- _Instructions for the task_:
Return every line from the one with "28.473656), (62.91587, 29.228433))" through the one with "extrude(amount=F7_DEPTH)", inclusive, exactly as it appears below.

- _Task data_:

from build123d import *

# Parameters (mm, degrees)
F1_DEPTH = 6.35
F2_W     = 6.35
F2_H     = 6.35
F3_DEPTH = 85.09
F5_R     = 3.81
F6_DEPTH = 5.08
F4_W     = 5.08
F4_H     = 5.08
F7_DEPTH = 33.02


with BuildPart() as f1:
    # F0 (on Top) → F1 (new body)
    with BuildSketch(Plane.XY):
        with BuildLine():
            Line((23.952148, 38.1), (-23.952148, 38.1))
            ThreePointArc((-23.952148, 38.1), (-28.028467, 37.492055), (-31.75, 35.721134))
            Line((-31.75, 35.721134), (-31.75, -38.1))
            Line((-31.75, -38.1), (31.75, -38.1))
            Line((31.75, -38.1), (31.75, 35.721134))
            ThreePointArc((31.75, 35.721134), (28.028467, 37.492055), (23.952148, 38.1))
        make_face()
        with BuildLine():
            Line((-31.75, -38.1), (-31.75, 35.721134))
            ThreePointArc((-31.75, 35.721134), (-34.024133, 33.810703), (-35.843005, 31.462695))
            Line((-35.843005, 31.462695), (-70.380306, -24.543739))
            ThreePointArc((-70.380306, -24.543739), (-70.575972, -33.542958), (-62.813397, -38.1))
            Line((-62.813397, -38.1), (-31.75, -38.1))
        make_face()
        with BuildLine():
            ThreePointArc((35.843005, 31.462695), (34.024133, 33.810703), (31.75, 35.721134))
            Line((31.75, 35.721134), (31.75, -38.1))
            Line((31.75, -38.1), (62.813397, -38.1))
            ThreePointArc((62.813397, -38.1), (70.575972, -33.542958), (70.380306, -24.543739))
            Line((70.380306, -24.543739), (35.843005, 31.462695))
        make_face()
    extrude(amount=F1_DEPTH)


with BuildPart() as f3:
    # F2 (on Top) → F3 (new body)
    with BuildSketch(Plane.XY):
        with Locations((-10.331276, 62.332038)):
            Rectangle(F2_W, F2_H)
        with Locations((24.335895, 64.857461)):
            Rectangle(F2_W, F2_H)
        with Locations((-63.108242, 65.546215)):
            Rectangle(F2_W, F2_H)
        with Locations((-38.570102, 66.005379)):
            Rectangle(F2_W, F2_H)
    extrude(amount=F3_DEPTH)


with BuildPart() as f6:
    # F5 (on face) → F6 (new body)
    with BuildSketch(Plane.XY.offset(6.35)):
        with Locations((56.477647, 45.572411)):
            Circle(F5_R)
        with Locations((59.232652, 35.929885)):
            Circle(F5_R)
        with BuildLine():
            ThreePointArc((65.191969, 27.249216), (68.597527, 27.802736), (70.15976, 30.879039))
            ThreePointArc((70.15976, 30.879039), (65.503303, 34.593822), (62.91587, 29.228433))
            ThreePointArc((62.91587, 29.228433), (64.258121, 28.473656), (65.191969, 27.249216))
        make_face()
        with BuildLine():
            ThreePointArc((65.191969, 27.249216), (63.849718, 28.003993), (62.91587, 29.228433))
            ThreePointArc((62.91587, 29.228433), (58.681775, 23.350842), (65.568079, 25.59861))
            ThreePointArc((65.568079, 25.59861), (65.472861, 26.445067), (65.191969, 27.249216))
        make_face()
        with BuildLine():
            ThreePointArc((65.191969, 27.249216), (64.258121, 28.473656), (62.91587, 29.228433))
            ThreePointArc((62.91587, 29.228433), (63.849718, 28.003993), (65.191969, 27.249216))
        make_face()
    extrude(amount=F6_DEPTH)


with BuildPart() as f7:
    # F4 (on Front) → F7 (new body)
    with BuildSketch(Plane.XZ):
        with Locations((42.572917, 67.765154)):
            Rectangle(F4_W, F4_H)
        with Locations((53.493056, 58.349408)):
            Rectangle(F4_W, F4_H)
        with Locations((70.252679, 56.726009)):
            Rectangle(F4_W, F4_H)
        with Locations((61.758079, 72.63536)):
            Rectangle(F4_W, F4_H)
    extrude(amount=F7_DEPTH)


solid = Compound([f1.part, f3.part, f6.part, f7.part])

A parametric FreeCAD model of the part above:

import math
import FreeCAD as App
import Part
import Sketcher
Q = App.Units.Quantity

doc = App.newDocument("Part")
body = doc.addObject("PartDesign::Body", "Body")

sketch1 = doc.addObject("Sketcher::SketchObject", "Sketch")
body.addObject(sketch1)
sketch1.AttachmentSupport = (doc.XY_Plane, [""])
sketch1.MapMode = "FlatFace"
sketch1.addGeometry([
    Part.LineSegment(App.Vector(24, 38, 0), App.Vector(-24, 38, 0)),
    Part.ArcOfCircle(Part.Circle(App.Vector(-24, 24, 0), App.Vector(0, 0, 1), 14), math.radians(90), math.radians(124)),
    Part.ArcOfCircle(Part.Circle(App.Vector(-24, 24, 0), App.Vector(0, 0, 1), 14), math.radians(124), math.radians(148)),
    Part.LineSegment(App.Vector(-36, 31, 0), App.Vector(-70, -25, 0)),
    Part.ArcOfCircle(Part.Circle(App.Vector(-63, -29, 0), App.Vector(0, 0, 1), 9), math.radians(148), math.radians(270)),
    Part.LineSegment(App.Vector(-63, -38, 0), App.Vector(63, -38, 0)),
    Part.ArcOfCircle(Part.Circle(App.Vector(63, -29, 0), App.Vector(0, 0, 1), 9), math.radians(-90), math.radians(32)),
    Part.LineSegment(App.Vector(70, -25, 0), App.Vector(36, 31, 0)),
    Part.ArcOfCircle(Part.Circle(App.Vector(24, 24, 0), App.Vector(0, 0, 1), 14), math.radians(32), math.radians(56)),
    Part.ArcOfCircle(Part.Circle(App.Vector(24, 24, 0), App.Vector(0, 0, 1), 14), math.radians(56), math.radians(90)),
], False)
sketch1.addConstraint([
    Sketcher.Constraint("Tangent", 0, 2, 1, 1),
    Sketcher.Constraint("Tangent", 1, 2, 2, 1),
    Sketcher.Constraint("Tangent", 2, 2, 3, 1),
    Sketcher.Constraint("Tangent", 3, 2, 4, 1),
    Sketcher.Constraint("Tangent", 4, 2, 5, 1),
    Sketcher.Constraint("Tangent", 5, 2, 6, 1),
    Sketcher.Constraint("Tangent", 6, 2, 7, 1),
    Sketcher.Constraint("Tangent", 7, 2, 8, 1),
    Sketcher.Constraint("Tangent", 8, 2, 9, 1),
    Sketcher.Constraint("Tangent", 9, 2, 0, 1),
    Sketcher.Constraint("Horizontal", 0),
    Sketcher.Constraint("Horizontal", 5),
    Sketcher.Constraint("Equal", 4, 6),
    Sketcher.Constraint("Equal", 2, 8),
    Sketcher.Constraint("Equal", 1, 9),
    Sketcher.Constraint("Symmetric", 1, 3, 8, 3, -2),
    Sketcher.Constraint("Horizontal", 3, 2, 6, 2),
    Sketcher.Constraint("Horizontal", 1, 2, 8, 2),
    Sketcher.Constraint("Radius", 1, Q("0.55 in")),
    Sketcher.Constraint("Radius", 4, Q("0.35 in")),
    Sketcher.Constraint("DistanceY", -1, 1, 0, 2, Q("1.5 in")),
    Sketcher.Constraint("DistanceY", 4, 2, -1, 1, Q("1.5 in")),
    Sketcher.Constraint("DistanceX", 1, 2, -1, 1, Q("1.25 in")),
    Sketcher.Constraint("DistanceX", 1, 3, 8, 3, Q("47.904299 mm")),
    Sketcher.Constraint("DistanceX", 3, 2, 2, 2, Q("34.537301 mm")),
])
pad1 = doc.addObject("PartDesign::Pad", "Pad")
body.addObject(pad1)
pad1.Profile = sketch1
pad1.Length = Q("0.25 in")
body2 = doc.addObject("PartDesign::Body", "Body001")
body2.AllowCompound = True

sketch2 = doc.addObject("Sketcher::SketchObject", "Sketch001")
body2.addObject(sketch2)
sketch2.AttachmentSupport = (doc.getObject("XY_Plane001"), [""])
sketch2.MapMode = "FlatFace"
sketch2.addGeometry([
    Part.LineSegment(App.Vector(-14, 66, 0), App.Vector(-14, 59, 0)),
    Part.LineSegment(App.Vector(-14, 59, 0), App.Vector(-7, 59, 0)),
    Part.LineSegment(App.Vector(-7, 59, 0), App.Vector(-7, 66, 0)),
    Part.LineSegment(App.Vector(-7, 66, 0), App.Vector(-14, 66, 0)),
    Part.LineSegment(App.Vector(21, 68, 0), App.Vector(21, 62, 0)),
    Part.LineSegment(App.Vector(21, 62, 0), App.Vector(28, 62, 0)),
    Part.LineSegment(App.Vector(28, 62, 0), App.Vector(28, 68, 0)),
    Part.LineSegment(App.Vector(28, 68, 0), App.Vector(21, 68, 0)),
    Part.LineSegment(App.Vector(-66, 69, 0), App.Vector(-66, 62, 0)),
    Part.LineSegment(App.Vector(-66, 62, 0), App.Vector(-60, 62, 0)),
    Part.LineSegment(App.Vector(-60, 62, 0), App.Vector(-60, 69, 0)),
    Part.LineSegment(App.Vector(-60, 69, 0), App.Vector(-66, 69, 0)),
    Part.LineSegment(App.Vector(-42, 69, 0), App.Vector(-42, 63, 0)),
    Part.LineSegment(App.Vector(-42, 63, 0), App.Vector(-35, 63, 0)),
    Part.LineSegment(App.Vector(-35, 63, 0), App.Vector(-35, 69, 0)),
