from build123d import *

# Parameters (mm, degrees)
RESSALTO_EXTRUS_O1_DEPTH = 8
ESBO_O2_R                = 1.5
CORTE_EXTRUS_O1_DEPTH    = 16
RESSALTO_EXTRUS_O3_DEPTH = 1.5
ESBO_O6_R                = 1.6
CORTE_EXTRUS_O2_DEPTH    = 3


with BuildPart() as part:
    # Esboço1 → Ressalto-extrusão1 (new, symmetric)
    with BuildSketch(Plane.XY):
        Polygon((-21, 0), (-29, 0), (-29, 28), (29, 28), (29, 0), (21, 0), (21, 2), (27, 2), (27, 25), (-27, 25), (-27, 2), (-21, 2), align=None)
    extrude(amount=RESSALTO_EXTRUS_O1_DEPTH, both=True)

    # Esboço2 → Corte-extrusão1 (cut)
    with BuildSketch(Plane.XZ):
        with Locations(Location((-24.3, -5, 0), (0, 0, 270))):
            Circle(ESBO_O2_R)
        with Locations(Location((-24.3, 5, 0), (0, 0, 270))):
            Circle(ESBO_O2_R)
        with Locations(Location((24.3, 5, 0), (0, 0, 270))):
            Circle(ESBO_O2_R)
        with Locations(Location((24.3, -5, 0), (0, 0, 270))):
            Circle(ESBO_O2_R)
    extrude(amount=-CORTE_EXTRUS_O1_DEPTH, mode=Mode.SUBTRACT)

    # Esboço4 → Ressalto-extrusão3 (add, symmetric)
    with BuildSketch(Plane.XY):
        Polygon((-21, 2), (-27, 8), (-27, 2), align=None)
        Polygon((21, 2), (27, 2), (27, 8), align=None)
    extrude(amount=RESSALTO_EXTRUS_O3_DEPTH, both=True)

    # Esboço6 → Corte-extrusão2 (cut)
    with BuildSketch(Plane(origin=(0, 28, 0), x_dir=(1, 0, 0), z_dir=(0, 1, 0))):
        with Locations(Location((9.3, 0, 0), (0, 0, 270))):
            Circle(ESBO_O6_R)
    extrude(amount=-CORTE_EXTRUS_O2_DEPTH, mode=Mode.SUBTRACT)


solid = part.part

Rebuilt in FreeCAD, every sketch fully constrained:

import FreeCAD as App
import Part
import Sketcher


def add_polygon(sketch, points):
    """Adds a closed chain of lines whose ends are joined by coincident constraints."""
    first, n = sketch.GeometryCount, len(points)
    for a, b in zip(points, points[1:] + points[:1]):
        sketch.addGeometry(Part.LineSegment(App.Vector(*a, 0), App.Vector(*b, 0)), False)
    for i in range(n):
        sketch.addConstraint(Sketcher.Constraint("Coincident", first + i, 2, first + (i + 1) % n, 1))

doc = App.newDocument("Part")
body = doc.addObject("PartDesign::Body", "Body")

# Sketch on XY plane
sketch1 = doc.addObject("Sketcher::SketchObject", "Sketch")
body.addObject(sketch1)
sketch1.AttachmentSupport = (doc.XY_Plane, [""])
sketch1.MapMode = "FlatFace"
add_polygon(sketch1, [(-29, 0), (-21, 0), (-21, 2), (-27, 2), (-27, 25), (27, 25), (27, 2), (21, 2), (21, 0), (29, 0), (29, 28), (-29, 28)])  # lines 0-11
sketch1.addConstraint([
    Sketcher.Constraint("Horizontal", 0),
    Sketcher.Constraint("Vertical", 1),
    Sketcher.Constraint("Horizontal", 2),
    Sketcher.Constraint("Vertical", 3),
    Sketcher.Constraint("Horizontal", 4),
    Sketcher.Constraint("Vertical", 5),
    Sketcher.Constraint("Horizontal", 6),
    Sketcher.Constraint("Vertical", 7),
    Sketcher.Constraint("Horizontal", 8),
    Sketcher.Constraint("Vertical", 9),
    Sketcher.Constraint("Horizontal", 10),
    Sketcher.Constraint("Vertical", 11),
    Sketcher.Constraint("Symmetric", 0, 2, 7, 2, -1, 1),
    Sketcher.Constraint("Symmetric", 2, 2, 5, 2, -2),
    Sketcher.Constraint("Symmetric", 8, 2, 11, 2, -2),
    Sketcher.Constraint("DistanceX", 0, 1, 0, 2, 8.0),
    Sketcher.Constraint("DistanceX", 2, 2, 2, 1, 6.0),
    Sketcher.Constraint("DistanceX", 4, 1, 4, 2, 54.0),
    Sketcher.Constraint("DistanceY", 1, 1, 1, 2, 2.0),
    Sketcher.Constraint("DistanceY", 3, 1, 3, 2, 23.0),
    Sketcher.Constraint("DistanceY", 9, 1, 9, 2, 28.0),
])
pad1 = doc.addObject("PartDesign::Pad", "Pad")
body.addObject(pad1)
pad1.Profile = sketch1
pad1.Length = 16
pad1.Midplane = True

# Sketch on XZ plane
sketch2 = doc.addObject("Sketcher::SketchObject", "Sketch001")
body.addObject(sketch2)
sketch2.AttachmentSupport = (doc.XZ_Plane, [""])
sketch2.MapMode = "FlatFace"
sketch2.addGeometry([
    Part.Circle(App.Vector(-24.3, -5, 0), App.Vector(0, 0, 1), 1.5),
    Part.Circle(App.Vector(-24.3, 5, 0), App.Vector(0, 0, 1), 1.5),
    Part.Circle(App.Vector(24.3, 5, 0), App.Vector(0, 0, 1), 1.5),
    Part.Circle(App.Vector(24.3, -5, 0), App.Vector(0, 0, 1), 1.5),
], False)
sketch2.addConstraint([
    Sketcher.Constraint("Equal", 0, 1),
    Sketcher.Constraint("Equal", 1, 2),
    Sketcher.Constraint("Equal", 2, 3),
    Sketcher.Constraint("Symmetric", 0, 3, 2, 3, -1, 1),
    Sketcher.Constraint("Symmetric", 1, 3, 3, 3, -1, 1),
    Sketcher.Constraint("Symmetric", 1, 3, 2, 3, -2),
    Sketcher.Constraint("Diameter", 0, 3.0),
    Sketcher.Constraint("DistanceY", 0, 3, -1, 1, 5.0),
    Sketcher.Constraint("DistanceX", 0, 3, -1, 1, 24.3),
])
pocket1 = doc.addObject("PartDesign::Pocket", "Pocket")
body.addObject(pocket1)
pocket1.Profile = sketch2
pocket1.Length = 16

# Sketch on XY plane
sketch3 = doc.addObject("Sketcher::SketchObject", "Sketch002")
body.addObject(sketch3)
sketch3.AttachmentSupport = (doc.XY_Plane, [""])
sketch3.MapMode = "FlatFace"
add_polygon(sketch3, [(-21, 2), (-27, 8), (-27, 2)])  # lines 0-2
add_polygon(sketch3, [(21, 2), (27, 2), (27, 8)])  # lines 3-5
sketch3.addConstraint([
    Sketcher.Constraint("Vertical", 1),
    Sketcher.Constraint("Horizontal", 2),
    Sketcher.Constraint("Horizontal", 3),
    Sketcher.Constraint("Vertical", 4),
    Sketcher.Constraint("Symmetric", 1, 2, 3, 2, -2),
    Sketcher.Constraint("Perpendicular", 0, 5),
    Sketcher.Constraint("Horizontal", 0, 2, 4, 2),
    Sketcher.Constraint("Equal", 2, 3),
    Sketcher.Constraint("DistanceX", 2, 1, 2, 2, 6.0),
    Sketcher.Constraint("DistanceX", 0, 2, -1, 1, 27.0),
    Sketcher.Constraint("DistanceY", -1, 1, 0, 2, 8.0),
])
pad2 = doc.addObject("PartDesign::Pad", "Pad001")
body.addObject(pad2)
pad2.Profile = sketch3
pad2.Length = 3
pad2.Midplane = True

# Sketch on XZ plane
sketch4 = doc.addObject("Sketcher::SketchObject", "Sketch003")
body.addObject(sketch4)
sketch4.AttachmentSupport = (doc.XZ_Plane, [""])
sketch4.MapMode = "FlatFace"
sketch4.AttachmentOffset = App.Placement(App.Vector(0, 0, -28), App.Rotation())
sketch4.addGeometry(Part.Circle(App.Vector(9.3, 0, 0), App.Vector(0, 0, 1), 1.6), False)
sketch4.addConstraint([
    Sketcher.Constraint("PointOnObject", 0, 3, -1),
    Sketcher.Constraint("Diameter", 0, 3.2),
    Sketcher.Constraint("DistanceX", -1, 1, 0, 3, 9.3),
])
pocket2 = doc.addObject("PartDesign::Pocket", "Pocket001")
body.addObject(pocket2)
pocket2.Profile = sketch4
pocket2.Length = 3
pocket2.Reversed = True

doc.recompute()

- _Answer section_:
            ThreePointArc((65.191969, 27.249216), (64.258121, 28.473656), (62.91587, 29.228433))
            ThreePointArc((62.91587, 29.228433), (63.849718, 28.003993), (65.191969, 27.249216))
        make_face()
    extrude(amount=F6_DEPTH)


with BuildPart() as f7:
    # F4 (on Front) → F7 (new body)
    with BuildSketch(Plane.XZ):
        with Locations((42.572917, 67.765154)):
            Rectangle(F4_W, F4_H)
        with Locations((53.493056, 58.349408)):
            Rectangle(F4_W, F4_H)
        with Locations((70.252679, 56.726009)):
            Rectangle(F4_W, F4_H)
        with Locations((61.758079, 72.63536)):
            Rectangle(F4_W, F4_H)
    extrude(amount=F7_DEPTH)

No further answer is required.